## The iterrows Experience

There are a number of ways to iterate over the rows of a Pandas data frame and without doubt the worst is to use the iterrows method.

I didn’t know this until recently but what happens is that every row is “boxed” into a Series and the performance is abysmal. A colleague pointed me to itertuples which basically is a version of iterrows that isn’t rubbish – i.e a version where each tuple in the data frame is returned as a…well,…tuple.

The downside is that you can’t access the columns by name so you need to use positional indexes – which is fine if you write clean code but bad if you don’t know about the evils of magic numbers.
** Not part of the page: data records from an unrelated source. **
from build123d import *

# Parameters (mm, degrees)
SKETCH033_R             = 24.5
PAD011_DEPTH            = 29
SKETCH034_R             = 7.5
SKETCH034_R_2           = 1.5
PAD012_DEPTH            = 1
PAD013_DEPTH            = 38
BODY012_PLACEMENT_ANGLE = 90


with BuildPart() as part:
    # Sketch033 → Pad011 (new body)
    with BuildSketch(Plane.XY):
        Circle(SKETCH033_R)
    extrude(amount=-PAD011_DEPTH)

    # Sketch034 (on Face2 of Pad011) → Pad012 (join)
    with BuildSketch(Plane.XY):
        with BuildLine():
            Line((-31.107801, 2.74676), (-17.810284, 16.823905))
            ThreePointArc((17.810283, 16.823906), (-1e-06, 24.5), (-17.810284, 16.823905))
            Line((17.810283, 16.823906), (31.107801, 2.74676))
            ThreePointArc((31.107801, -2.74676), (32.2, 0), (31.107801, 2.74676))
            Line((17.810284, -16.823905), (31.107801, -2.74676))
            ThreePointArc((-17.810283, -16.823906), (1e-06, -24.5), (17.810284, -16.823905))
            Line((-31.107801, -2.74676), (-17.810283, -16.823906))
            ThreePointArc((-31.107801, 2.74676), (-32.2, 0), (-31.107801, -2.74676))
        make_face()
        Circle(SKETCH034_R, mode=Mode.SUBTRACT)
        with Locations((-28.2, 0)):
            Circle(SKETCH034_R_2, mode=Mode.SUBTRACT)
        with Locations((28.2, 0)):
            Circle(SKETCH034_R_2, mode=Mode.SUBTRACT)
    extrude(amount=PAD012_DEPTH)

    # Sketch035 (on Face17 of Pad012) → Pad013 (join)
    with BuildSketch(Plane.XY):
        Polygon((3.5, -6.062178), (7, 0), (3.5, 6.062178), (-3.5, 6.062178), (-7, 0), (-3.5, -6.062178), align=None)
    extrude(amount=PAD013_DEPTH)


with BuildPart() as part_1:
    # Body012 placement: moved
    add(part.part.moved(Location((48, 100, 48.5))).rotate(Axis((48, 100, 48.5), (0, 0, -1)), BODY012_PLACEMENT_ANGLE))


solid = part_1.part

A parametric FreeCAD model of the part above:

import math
import FreeCAD as App
import Part
import Sketcher
from FreeCAD import Vector
Q = App.Units.Quantity

doc = App.newDocument("Part")
body = doc.addObject("PartDesign::Body", "Body")

sketch1 = doc.addObject("Sketcher::SketchObject", "Sketch")
body.addObject(sketch1)
sketch1.AttachmentSupport = (doc.XY_Plane, [""])
sketch1.MapMode = "FlatFace"
sketch1.addGeometry(Part.Circle(Vector(0, 0, 0), Vector(0, 0, 1), 24), False)
sketch1.addConstraint(Sketcher.Constraint("Coincident", 0, 3, -1, 1))
sketch1.addConstraint(Sketcher.Constraint("Diameter", 0, 49.0))
pad1 = doc.addObject("PartDesign::Pad", "Pad")
body.addObject(pad1)
pad1.Profile = sketch1
pad1.Length = 29
pad1.Reversed = True

sketch2 = doc.addObject("Sketcher::SketchObject", "Sketch001")
body.addObject(sketch2)
sketch2.AttachmentSupport = (doc.XY_Plane, [""])
sketch2.MapMode = "FlatFace"
sketch2.addGeometry(Part.LineSegment(Vector(-17.8, 16.8, 0), Vector(-31.1, 2.7, 0)), False)
sketch2.addGeometry(Part.ArcOfCircle(Part.Circle(Vector(-28.2, 0, 0), Vector(0, 0, 1), 4), math.radians(137), math.radians(223)), False)
sketch2.addGeometry(Part.LineSegment(Vector(-31.1, -2.7, 0), Vector(-17.8, -16.8, 0)), False)
sketch2.addGeometry(Part.ArcOfCircle(Part.Circle(Vector(0, 0, 0), Vector(0, 0, 1), 24.5), math.radians(-137), math.radians(-43)), False)
sketch2.addGeometry(Part.LineSegment(Vector(17.8, -16.8, 0), Vector(31.1, -2.7, 0)), False)
sketch2.addGeometry(Part.ArcOfCircle(Part.Circle(Vector(28.2, 0, 0), Vector(0, 0, 1), 4), math.radians(-43), math.radians(43)), False)
sketch2.addGeometry(Part.LineSegment(Vector(31.1, 2.7, 0), Vector(17.8, 16.8, 0)), False)
sketch2.addGeometry(Part.ArcOfCircle(Part.Circle(Vector(0, 0, 0), Vector(0, 0, 1), 24.5), math.radians(43), math.radians(137)), False)
sketch2.addGeometry(Part.Circle(Vector(28.2, 0, 0), Vector(0, 0, 1), 1.5), False)
sketch2.addGeometry(Part.Circle(Vector(0, 0, 0), Vector(0, 0, 1), 7.5), False)
sketch2.addGeometry(Part.Circle(Vector(-28.2, 0, 0), Vector(0, 0, 1), 1.5), False)
sketch2.addConstraint(Sketcher.Constraint("Tangent", 0, 2, 1, 1))
sketch2.addConstraint(Sketcher.Constraint("Tangent", 1, 2, 2, 1))
sketch2.addConstraint(Sketcher.Constraint("Tangent", 2, 2, 3, 1))
sketch2.addConstraint(Sketcher.Constraint("Tangent", 3, 2, 4, 1))
sketch2.addConstraint(Sketcher.Constraint("Tangent", 4, 2, 5, 1))
sketch2.addConstraint(Sketcher.Constraint("Tangent", 5, 2, 6, 1))
sketch2.addConstraint(Sketcher.Constraint("Tangent", 6, 2, 7, 1))
sketch2.addConstraint(Sketcher.Constraint("Tangent", 7, 2, 0, 1))
sketch2.addConstraint(Sketcher.Constraint("Coincident", 3, 3, -1, 1))
sketch2.addConstraint(Sketcher.Constraint("Coincident", 7, 3, -1, 1))
sketch2.addConstraint(Sketcher.Constraint("Coincident", 9, 3, -1, 1))
sketch2.addConstraint(Sketcher.Constraint("Coincident", 8, 3, 5, 3))
sketch2.addConstraint(Sketcher.Constraint("Coincident", 10, 3, 1, 3))
sketch2.addConstraint(Sketcher.Constraint("Equal", 1, 5))
sketch2.addConstraint(Sketcher.Constraint("Equal", 3, 7))
sketch2.addConstraint(Sketcher.Constraint("Equal", 8, 10))
sketch2.addConstraint(Sketcher.Constraint("Symmetric", 1, 3, 5, 3, -1, 1))
sketch2.addConstraint(Sketcher.Constraint("PointOnObject", 1, 3, -1))
sketch2.addConstraint(Sketcher.Constraint("Diameter", 8, 3.0))
sketch2.addConstraint(Sketcher.Constraint("Diameter", 9, 15.0))
sketch2.addConstraint(Sketcher.Constraint("Radius", 1, 3.999999))
sketch2.addConstraint(Sketcher.Constraint("Radius", 3, 24.5))
sketch2.addConstraint(Sketcher.Constraint("DistanceX", 1, 3, -1, 1, 28.200001))
pad2 = doc.addObject("PartDesign::Pad", "Pad001")
body.addObject(pad2)
pad2.Profile = sketch2
pad2.Length = 1

sketch3 = doc.addObject("Sketcher::SketchObject", "Sketch002")
body.addObject(sketch3)
sketch3.AttachmentSupport = (doc.XY_Plane, [""])
sketch3.MapMode = "FlatFace"
sketch3.addGeometry(Part.LineSegment(Vector(4, -6, 0), Vector(7, 0, 0)), False)
sketch3.addGeometry(Part.LineSegment(Vector(7, 0, 0), Vector(4, 6, 0)), False)
sketch3.addGeometry(Part.LineSegment(Vector(4, 6, 0), Vector(-4, 6, 0)), False)
sketch3.addGeometry(Part.LineSegment(Vector(-4, 6, 0), Vector(-7, 0, 0)), False)
sketch3.addGeometry(Part.LineSegment(Vector(-7, 0, 0), Vector(-4, -6, 0)), False)
sketch3.addGeometry(Part.LineSegment(Vector(-4, -6, 0), Vector(4, -6, 0)), False)
sketch3.addConstraint(Sketcher.Constraint("Coincident", 0, 2, 1, 1))
sketch3.addConstraint(Sketcher.Constraint("Coincident", 1, 2, 2, 1))
sketch3.addConstraint(Sketcher.Constraint("Coincident", 2, 2, 3, 1))
sketch3.addConstraint(Sketcher.Constraint("Coincident", 3, 2, 4, 1))
sketch3.addConstraint(Sketcher.Constraint("Coincident", 4, 2, 5, 1))
sketch3.addConstraint(Sketcher.Constraint("Coincident", 5, 2, 0, 1))
sketch3.addConstraint(Sketcher.Constraint("Horizontal", 2))
sketch3.addConstraint(Sketcher.Constraint("Horizontal", 5))
sketch3.addConstraint(Sketcher.Constraint("Symmetric", 0, 2, 3, 2, -1, 1))
sketch3.addConstraint(Sketcher.Constraint("Symmetric", 1, 2, 4, 2, -1, 1))
sketch3.addConstraint(Sketcher.Constraint("PointOnObject", 0, 2, -1))
sketch3.addConstraint(Sketcher.Constraint("Parallel", 0, 3))
sketch3.addConstraint(Sketcher.Constraint("Vertical", 2, 2, 4, 2))
sketch3.addConstraint(Sketcher.Constraint("DistanceX", 2, 2, 2, 1, 7.0))
sketch3.addConstraint(Sketcher.Constraint("Angle", 0, Q("60.000001 deg")))
sketch3.addConstraint(Sketcher.Constraint("Distance", 0, 7.0))
pad3 = doc.addObject("PartDesign::Pad", "Pad002")
body.addObject(pad3)
pad3.Profile = sketch3
pad3.Length = 38
body2 = doc.addObject("PartDesign::Body", "Body001")
doc.recompute()

body.Placement = App.Placement(Vector(48, 100, 48.5), App.Rotation(Vector(0, 0, -1), 90))
boolean = doc.addObject("PartDesign::Boolean", "Boolean")
body2.addObject(boolean)
boolean.Type = "Fuse"
boolean.addObjects([body])

doc.recompute()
Note that sadly, columns are accessed using numbers starting from 1 because the index is position zero (duh).

So here’s a quick benchmark showing the performance boost on a 2 million row dataset using the UCI power consumption data set.

## Scenario

We’ll calculate the average residual power consumption across all rows which is defined in the data descriptor as “the active energy consumed every minute (in watt hour) in the household by electrical equipment not measured in sub-meterings 1, 2 and 3”:

global_active_power*1000/60 – sub_metering_1 – sub_metering_2 – sub_metering_3

We’ll do it once using iterrows and then using itertuples.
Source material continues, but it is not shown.